Prometheus (USA, 2012).
Dirección: Ridley Scott.
Intérpretes: Noomi Rapace, Michael Fassbender, Charlize Theron, Idris Elba, Guy Pearce, Logan Marshall-Green.
Guión: Jon Spaihts, Damon Lindelof.
Música original: Marc Streitenfeld.
Fotografía: Dariusz Wolski.
Montaje: Pietro Scalia.
Idioma: Inglés.
Duración: 124 minutos.
Falsas promesas
Dirección: Ridley Scott.
Intérpretes: Noomi Rapace, Michael Fassbender, Charlize Theron, Idris Elba, Guy Pearce, Logan Marshall-Green.
Guión: Jon Spaihts, Damon Lindelof.
Música original: Marc Streitenfeld.
Fotografía: Dariusz Wolski.
Montaje: Pietro Scalia.
Idioma: Inglés.
Duración: 124 minutos.
Falsas promesas
La década de los setenta -que quedó perdida entre otros dos mucho más relevantes y mitificados decenios- sirvió, sin embargo, en el cine para que un numeroso grupo de creadores de todo tipo cambiasen el rumbo de esa industria (quizá salvándolo de un ostracismo preocupante), y reinterpretasen para siempre el arte de contar historias con imágenes. La mayoría comenzó sus pasos en esos tiempos, pero terminó estrenando sus mejores títulos a lo largo de los años ochenta y noventa. Bastantes de los nombres surgidos entonces continúan aún hoy en activo y siguen brindándonos lecciones magistrales (a nosotros espectadores y a muchos cineastas que en todos estos años les han emulado y seguido sus pasos). Otros cuantos dejaron su legado para perderse después en el recuerdo.

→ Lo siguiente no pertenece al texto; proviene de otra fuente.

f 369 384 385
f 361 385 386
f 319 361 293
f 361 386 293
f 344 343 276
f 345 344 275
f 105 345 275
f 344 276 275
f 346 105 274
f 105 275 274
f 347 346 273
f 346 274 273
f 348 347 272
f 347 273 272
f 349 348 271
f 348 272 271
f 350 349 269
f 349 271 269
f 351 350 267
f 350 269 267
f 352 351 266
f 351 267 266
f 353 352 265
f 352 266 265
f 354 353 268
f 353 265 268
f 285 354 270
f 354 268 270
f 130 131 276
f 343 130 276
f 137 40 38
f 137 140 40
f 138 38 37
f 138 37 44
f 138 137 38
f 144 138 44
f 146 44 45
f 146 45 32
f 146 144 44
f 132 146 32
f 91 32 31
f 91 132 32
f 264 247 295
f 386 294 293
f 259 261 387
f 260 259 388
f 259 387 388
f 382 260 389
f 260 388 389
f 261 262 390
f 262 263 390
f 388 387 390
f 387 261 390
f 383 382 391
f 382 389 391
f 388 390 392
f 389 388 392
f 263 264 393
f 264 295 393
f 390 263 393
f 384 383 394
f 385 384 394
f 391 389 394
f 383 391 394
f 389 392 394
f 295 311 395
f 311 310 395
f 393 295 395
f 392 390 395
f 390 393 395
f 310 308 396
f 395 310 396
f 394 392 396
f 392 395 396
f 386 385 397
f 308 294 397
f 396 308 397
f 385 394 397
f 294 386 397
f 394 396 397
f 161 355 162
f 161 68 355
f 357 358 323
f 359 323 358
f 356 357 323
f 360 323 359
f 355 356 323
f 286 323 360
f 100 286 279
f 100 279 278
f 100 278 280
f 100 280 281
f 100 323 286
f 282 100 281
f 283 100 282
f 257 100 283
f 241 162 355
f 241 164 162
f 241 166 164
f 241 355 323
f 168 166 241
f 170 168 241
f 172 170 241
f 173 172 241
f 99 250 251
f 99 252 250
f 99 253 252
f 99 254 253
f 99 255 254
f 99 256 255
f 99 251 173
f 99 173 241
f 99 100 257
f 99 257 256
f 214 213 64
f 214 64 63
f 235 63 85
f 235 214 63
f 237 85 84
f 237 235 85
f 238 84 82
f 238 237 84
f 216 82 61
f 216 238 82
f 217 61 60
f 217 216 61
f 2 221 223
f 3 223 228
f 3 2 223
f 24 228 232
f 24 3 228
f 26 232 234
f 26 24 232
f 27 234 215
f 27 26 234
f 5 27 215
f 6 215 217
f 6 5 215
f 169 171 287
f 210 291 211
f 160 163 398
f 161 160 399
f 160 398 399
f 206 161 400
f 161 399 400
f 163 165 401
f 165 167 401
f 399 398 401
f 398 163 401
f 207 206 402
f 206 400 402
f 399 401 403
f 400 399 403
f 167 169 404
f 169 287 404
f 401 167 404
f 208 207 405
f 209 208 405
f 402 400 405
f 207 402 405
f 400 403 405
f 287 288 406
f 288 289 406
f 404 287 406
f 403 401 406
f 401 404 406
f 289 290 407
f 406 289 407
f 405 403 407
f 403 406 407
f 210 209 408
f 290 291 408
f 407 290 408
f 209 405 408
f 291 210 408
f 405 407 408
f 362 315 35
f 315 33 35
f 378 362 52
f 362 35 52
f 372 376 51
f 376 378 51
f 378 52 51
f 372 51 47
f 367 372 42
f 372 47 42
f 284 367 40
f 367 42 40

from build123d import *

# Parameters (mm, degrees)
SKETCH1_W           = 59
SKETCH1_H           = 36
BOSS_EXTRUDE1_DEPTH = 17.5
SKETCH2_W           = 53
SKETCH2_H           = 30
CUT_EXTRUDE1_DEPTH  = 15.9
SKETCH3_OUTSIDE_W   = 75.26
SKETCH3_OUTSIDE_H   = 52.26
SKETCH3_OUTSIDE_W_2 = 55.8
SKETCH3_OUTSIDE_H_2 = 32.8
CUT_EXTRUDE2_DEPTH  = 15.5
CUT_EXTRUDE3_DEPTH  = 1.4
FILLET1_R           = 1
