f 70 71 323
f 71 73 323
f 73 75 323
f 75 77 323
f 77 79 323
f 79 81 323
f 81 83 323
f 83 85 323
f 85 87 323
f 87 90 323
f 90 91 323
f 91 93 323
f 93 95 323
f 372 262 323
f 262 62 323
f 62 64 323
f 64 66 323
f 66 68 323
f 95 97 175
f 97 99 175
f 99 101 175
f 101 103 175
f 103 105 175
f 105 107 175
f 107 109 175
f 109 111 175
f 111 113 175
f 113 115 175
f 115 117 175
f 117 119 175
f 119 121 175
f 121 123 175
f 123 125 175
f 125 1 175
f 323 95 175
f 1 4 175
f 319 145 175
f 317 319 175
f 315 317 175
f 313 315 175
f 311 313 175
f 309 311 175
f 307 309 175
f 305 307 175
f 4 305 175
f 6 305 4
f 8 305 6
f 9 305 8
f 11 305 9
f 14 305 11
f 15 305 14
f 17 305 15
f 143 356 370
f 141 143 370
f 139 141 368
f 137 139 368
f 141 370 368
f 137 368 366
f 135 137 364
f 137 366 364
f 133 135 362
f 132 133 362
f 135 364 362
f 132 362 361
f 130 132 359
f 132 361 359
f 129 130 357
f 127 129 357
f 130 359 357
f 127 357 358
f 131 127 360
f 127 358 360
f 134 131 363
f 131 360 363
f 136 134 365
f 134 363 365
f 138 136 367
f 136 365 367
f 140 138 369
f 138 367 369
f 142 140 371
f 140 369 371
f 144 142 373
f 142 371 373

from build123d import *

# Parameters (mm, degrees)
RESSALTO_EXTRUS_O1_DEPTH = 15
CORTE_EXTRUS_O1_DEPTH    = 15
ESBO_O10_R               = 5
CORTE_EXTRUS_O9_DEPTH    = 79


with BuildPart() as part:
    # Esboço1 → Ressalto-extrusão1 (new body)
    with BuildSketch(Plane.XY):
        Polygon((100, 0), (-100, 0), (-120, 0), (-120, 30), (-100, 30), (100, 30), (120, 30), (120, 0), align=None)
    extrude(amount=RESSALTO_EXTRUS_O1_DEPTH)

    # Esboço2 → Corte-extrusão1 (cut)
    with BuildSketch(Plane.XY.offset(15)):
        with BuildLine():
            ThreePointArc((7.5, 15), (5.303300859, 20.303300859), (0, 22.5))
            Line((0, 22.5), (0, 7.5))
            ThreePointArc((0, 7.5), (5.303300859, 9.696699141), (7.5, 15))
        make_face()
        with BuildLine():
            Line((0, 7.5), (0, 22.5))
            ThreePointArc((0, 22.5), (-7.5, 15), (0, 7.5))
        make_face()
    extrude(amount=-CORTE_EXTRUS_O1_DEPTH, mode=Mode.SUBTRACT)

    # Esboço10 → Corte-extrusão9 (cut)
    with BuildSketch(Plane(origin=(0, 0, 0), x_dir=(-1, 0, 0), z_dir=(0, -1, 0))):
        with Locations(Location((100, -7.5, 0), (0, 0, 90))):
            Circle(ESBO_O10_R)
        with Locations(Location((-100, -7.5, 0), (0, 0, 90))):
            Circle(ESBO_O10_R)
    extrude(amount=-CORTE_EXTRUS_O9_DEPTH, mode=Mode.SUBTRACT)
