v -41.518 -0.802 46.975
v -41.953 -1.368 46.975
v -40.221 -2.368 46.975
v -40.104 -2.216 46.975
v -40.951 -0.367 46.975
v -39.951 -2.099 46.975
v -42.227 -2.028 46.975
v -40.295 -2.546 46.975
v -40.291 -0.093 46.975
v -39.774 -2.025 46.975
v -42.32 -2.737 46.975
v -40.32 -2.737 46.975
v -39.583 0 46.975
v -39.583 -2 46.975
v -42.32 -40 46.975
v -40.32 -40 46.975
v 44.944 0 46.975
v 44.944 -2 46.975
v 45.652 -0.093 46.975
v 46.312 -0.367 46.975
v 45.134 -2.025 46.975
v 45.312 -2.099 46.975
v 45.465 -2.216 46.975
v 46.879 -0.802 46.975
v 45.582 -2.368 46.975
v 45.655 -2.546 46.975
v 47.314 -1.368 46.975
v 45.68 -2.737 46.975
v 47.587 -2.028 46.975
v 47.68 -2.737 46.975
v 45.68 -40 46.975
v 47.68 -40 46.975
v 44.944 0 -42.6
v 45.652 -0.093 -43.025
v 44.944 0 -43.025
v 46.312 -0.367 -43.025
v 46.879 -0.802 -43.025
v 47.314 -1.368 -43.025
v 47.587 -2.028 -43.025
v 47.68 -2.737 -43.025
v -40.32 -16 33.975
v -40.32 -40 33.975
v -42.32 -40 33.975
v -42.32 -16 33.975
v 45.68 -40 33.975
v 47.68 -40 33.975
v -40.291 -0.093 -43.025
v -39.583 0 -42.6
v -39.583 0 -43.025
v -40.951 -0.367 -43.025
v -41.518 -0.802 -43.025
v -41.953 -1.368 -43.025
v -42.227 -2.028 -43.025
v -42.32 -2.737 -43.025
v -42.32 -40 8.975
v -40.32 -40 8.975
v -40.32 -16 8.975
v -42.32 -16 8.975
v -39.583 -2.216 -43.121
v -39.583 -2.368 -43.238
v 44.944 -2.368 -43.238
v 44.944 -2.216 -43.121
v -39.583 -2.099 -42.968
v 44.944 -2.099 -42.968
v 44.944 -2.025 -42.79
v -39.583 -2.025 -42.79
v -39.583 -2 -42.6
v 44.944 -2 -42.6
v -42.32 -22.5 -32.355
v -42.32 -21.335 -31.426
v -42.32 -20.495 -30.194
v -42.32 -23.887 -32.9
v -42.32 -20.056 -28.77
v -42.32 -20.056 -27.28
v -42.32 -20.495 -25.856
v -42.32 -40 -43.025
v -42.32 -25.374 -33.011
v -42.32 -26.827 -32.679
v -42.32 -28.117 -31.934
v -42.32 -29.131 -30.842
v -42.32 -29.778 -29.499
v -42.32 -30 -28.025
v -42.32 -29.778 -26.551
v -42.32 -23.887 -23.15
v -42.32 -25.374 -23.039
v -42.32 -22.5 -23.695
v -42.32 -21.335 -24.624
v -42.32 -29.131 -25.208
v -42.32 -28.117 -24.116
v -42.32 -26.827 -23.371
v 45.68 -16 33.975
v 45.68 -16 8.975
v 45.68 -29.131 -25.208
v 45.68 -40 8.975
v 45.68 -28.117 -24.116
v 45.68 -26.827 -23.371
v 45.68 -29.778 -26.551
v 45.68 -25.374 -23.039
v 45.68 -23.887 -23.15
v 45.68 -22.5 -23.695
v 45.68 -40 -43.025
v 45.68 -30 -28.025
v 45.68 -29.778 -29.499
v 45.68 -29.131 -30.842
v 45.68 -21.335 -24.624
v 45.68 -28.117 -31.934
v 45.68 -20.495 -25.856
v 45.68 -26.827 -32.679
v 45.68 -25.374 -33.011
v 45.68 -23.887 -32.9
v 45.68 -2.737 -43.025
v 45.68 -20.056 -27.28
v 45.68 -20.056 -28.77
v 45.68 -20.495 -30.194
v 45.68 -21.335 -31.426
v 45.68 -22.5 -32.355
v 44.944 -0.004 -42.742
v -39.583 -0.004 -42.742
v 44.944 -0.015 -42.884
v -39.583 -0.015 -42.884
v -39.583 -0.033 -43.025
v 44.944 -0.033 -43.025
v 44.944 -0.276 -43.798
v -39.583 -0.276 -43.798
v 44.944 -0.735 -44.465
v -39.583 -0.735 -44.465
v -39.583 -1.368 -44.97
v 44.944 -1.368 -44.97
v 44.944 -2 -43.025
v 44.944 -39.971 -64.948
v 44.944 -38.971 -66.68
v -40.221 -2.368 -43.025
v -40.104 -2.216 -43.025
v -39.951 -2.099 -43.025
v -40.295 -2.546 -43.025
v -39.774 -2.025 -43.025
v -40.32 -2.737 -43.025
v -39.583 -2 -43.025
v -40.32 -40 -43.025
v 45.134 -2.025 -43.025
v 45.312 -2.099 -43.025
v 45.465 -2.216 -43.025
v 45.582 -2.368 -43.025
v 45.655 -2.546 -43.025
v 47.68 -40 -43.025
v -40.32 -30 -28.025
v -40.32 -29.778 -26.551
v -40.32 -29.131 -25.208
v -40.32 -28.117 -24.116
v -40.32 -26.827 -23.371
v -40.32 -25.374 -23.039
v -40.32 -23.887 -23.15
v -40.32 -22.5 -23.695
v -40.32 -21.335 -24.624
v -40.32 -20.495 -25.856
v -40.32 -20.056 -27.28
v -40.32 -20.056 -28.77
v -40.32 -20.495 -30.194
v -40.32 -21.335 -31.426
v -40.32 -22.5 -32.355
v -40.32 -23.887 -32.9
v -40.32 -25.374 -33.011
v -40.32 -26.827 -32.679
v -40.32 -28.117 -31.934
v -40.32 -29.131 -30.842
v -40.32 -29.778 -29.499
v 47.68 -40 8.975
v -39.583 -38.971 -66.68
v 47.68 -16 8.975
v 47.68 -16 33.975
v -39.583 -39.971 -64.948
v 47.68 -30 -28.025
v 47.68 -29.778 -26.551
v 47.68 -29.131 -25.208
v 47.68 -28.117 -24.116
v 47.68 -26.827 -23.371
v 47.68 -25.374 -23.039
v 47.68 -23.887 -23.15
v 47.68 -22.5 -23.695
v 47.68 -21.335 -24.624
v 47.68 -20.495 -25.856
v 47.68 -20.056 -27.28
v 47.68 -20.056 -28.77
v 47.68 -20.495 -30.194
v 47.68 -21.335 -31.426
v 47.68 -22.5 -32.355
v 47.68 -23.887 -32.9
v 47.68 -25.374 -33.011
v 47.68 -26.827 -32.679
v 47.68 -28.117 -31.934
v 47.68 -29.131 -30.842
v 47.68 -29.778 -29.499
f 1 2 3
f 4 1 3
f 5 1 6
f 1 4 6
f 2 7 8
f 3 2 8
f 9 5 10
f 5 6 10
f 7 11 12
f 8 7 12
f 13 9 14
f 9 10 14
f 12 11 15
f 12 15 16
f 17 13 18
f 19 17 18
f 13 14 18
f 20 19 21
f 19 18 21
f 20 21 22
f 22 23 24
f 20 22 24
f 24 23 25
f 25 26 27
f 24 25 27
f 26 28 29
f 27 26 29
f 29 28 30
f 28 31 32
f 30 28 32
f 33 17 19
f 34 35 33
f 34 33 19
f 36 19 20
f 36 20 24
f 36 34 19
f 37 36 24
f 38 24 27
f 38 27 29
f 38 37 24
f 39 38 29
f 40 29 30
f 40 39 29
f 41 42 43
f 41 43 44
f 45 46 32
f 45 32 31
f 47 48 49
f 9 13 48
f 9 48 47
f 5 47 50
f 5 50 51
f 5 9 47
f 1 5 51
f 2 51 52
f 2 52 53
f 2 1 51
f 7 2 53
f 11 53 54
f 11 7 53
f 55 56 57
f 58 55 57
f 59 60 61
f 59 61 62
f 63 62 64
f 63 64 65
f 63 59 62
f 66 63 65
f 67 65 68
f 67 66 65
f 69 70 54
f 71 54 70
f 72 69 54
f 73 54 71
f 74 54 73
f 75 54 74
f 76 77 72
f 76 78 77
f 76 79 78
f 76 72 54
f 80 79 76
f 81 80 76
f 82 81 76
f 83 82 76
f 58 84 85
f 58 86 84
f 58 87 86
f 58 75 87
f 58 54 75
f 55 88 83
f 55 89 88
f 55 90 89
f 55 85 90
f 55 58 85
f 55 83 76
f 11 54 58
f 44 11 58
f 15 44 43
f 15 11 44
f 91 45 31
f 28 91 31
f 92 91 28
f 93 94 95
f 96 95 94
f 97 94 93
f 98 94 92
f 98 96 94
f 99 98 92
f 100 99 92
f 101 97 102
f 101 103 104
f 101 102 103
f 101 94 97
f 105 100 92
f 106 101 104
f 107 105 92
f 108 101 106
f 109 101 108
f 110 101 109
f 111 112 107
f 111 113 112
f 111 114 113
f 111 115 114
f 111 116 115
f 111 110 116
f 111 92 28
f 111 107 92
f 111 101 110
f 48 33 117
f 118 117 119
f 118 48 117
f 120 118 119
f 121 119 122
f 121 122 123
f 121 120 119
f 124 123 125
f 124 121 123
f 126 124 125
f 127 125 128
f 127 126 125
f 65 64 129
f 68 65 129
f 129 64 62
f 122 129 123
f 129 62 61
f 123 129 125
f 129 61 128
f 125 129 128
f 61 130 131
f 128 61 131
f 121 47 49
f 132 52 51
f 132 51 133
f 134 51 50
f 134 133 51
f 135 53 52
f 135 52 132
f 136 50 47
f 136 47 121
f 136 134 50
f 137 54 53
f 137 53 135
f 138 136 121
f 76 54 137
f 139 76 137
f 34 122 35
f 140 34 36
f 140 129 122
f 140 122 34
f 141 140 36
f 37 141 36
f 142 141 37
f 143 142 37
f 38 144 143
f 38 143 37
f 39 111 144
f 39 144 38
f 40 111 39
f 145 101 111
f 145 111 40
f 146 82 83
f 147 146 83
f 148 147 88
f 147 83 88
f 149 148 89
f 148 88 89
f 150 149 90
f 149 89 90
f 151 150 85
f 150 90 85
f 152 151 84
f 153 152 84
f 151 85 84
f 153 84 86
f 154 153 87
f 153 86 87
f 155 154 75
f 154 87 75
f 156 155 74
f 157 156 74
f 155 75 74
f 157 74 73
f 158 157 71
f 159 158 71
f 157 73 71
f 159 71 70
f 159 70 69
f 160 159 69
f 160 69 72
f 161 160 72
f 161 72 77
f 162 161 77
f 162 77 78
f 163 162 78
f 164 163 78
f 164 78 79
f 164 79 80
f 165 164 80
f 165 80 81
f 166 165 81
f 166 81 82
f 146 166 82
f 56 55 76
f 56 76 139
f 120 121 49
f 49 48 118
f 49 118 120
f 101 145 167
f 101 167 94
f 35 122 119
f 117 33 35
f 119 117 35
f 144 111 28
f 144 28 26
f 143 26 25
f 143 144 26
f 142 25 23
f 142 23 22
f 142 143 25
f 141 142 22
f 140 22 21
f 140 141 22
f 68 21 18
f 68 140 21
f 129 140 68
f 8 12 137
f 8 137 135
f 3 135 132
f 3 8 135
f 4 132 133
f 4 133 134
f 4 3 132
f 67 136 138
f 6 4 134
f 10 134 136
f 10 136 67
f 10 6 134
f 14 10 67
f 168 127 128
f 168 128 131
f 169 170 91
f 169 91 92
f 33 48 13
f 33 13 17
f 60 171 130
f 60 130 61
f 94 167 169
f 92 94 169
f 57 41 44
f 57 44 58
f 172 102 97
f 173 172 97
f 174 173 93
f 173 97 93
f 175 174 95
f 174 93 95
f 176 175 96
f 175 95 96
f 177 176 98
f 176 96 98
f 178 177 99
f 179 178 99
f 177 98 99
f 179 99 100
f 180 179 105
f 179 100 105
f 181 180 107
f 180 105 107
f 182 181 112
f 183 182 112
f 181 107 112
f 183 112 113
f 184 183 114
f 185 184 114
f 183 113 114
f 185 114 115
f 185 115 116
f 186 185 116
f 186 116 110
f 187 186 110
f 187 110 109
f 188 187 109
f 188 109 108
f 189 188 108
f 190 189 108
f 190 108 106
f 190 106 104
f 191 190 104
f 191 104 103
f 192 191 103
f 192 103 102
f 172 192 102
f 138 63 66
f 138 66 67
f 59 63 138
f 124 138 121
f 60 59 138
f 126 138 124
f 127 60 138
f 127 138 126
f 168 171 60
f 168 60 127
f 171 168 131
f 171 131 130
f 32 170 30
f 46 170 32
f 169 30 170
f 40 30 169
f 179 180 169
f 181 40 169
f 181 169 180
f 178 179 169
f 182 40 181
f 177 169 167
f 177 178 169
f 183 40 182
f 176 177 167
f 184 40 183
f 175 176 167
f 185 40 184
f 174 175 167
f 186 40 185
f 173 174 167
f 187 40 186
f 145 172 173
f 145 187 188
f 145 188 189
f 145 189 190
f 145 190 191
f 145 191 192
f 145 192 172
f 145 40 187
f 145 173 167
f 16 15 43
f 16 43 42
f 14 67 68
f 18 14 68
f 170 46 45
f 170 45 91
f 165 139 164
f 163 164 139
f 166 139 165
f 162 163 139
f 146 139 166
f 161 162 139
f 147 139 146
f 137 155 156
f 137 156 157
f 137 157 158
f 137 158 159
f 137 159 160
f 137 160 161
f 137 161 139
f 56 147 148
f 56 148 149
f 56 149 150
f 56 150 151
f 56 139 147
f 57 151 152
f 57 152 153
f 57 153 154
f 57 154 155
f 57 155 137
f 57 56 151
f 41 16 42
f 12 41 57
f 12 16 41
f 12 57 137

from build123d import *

# Parameters (mm, degrees)
SKETCH1_W                    = 90
SKETCH1_H                    = 90
BASE_FLANGE1_DEPTH           = 2
EDGE_FLANGE1_STRIP_W         = 9.4732
EDGE_FLANGE1_STRIP_H         = 2
EDGE_FLANGE1_STRIP_CUT_DEPTH = 90
EDGE_FLANGE1_DEPTH           = 90
EDGE_FLANGE3_STRIP_W         = 9.4732
EDGE_FLANGE3_STRIP_H         = 2
EDGE_FLANGE3_STRIP_CUT_DEPTH = 90
EDGE_FLANGE3_DEPTH           = 90
EDGE_FLANGE5_STRIP_CUT_DEPTH = 84.5268
EDGE_FLANGE5_DEPTH           = 84.5268
SKETCH25_W                   = 25
SKETCH25_H                   = 24
CUT_EXTRUDE1_DEPTH           = 119.937769086
SKETCH26_R                   = 5
CUT_EXTRUDE2_DEPTH           = 119.937769086


# Sheet-metal steps are written as plain solids
with BuildPart() as part:
    # Sketch1 → Base-Flange1 (new body)
    with BuildSketch(Plane(origin=(0, 0, 0), x_dir=(1, 0, 0), z_dir=(0, 1, 0))):
        with Locations((2.680250784, -1.97492163)):
            Rectangle(SKETCH1_W, SKETCH1_H)
    extrude(amount=-BASE_FLANGE1_DEPTH)

    # Edge-Flange1 strip (across the edge) → Edge-Flange1 strip cut (cut)
    with BuildSketch(Plane(origin=(-42.319749216, -2, 46.97492163), x_dir=(1, 0, 0), z_dir=(0, 0, -1))):
        with Locations((-2, -1)):
            Rectangle(EDGE_FLANGE1_STRIP_W, EDGE_FLANGE1_STRIP_H)
    extrude(amount=EDGE_FLANGE1_STRIP_CUT_DEPTH, mode=Mode.SUBTRACT)

    # Edge-Flange1 section (across the edge) → Edge-Flange1 (add)
    with BuildSketch(Plane(origin=(-42.319749216, -2, 46.97492163), x_dir=(1, 0, 0), z_dir=(0, 0, -1))):
        with BuildLine():
            Line((0, 0.7366), (0, 38))
            Line((0, 38), (2, 38))
            Line((2, 38), (2, 0.7366))
            ThreePointArc((2, 0.7366), (2.215745145, 0.215745145), (2.7366, 0))
            Line((2.7366, 0), (2.7366, -2))
            ThreePointArc((2.7366, -2), (0.801531583, -1.198468417), (0, 0.7366))
        make_face()
    extrude(amount=EDGE_FLANGE1_DEPTH)

    # Edge-Flange3 strip (across the edge) → Edge-Flange3 strip cut (cut)
    with BuildSketch(Plane(origin=(47.680250784, -2, -43.02507837), x_dir=(-1, 0, 0), z_dir=(0, 0, 1))):
        with Locations((-2, -1)):
            Rectangle(EDGE_FLANGE3_STRIP_W, EDGE_FLANGE3_STRIP_H)
    extrude(amount=EDGE_FLANGE3_STRIP_CUT_DEPTH, mode=Mode.SUBTRACT)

Existe un tercer grupo de artistas que crearon obras relevantes -algunas consideradas clásicos absolutos del séptimo arte- que, por el contrario, se debieron dejar lo mejor de sí mismos en los años comentados; porque, aun siguiendo tras las cámaras en la actualidad, jamás fueron capaces de acercarse -siquiera remotamente- a dichos clásicos filmados.
Hay dos casos que ocupan de forma clara, para mí, los primeros puestos del ranking de directores ochenteros “caídos en desgracia”: Rob Reiner y Ridley Scott. El primero fue capaz de encadenar entre 1986 y 1992 cinco películas extraordinarias, alguna magistral. Títulos para el recuerdo y alguna obra maestra de inspirado artesano. Tras eso, el desierto. Una carrera que nunca deparó ya nada a la altura.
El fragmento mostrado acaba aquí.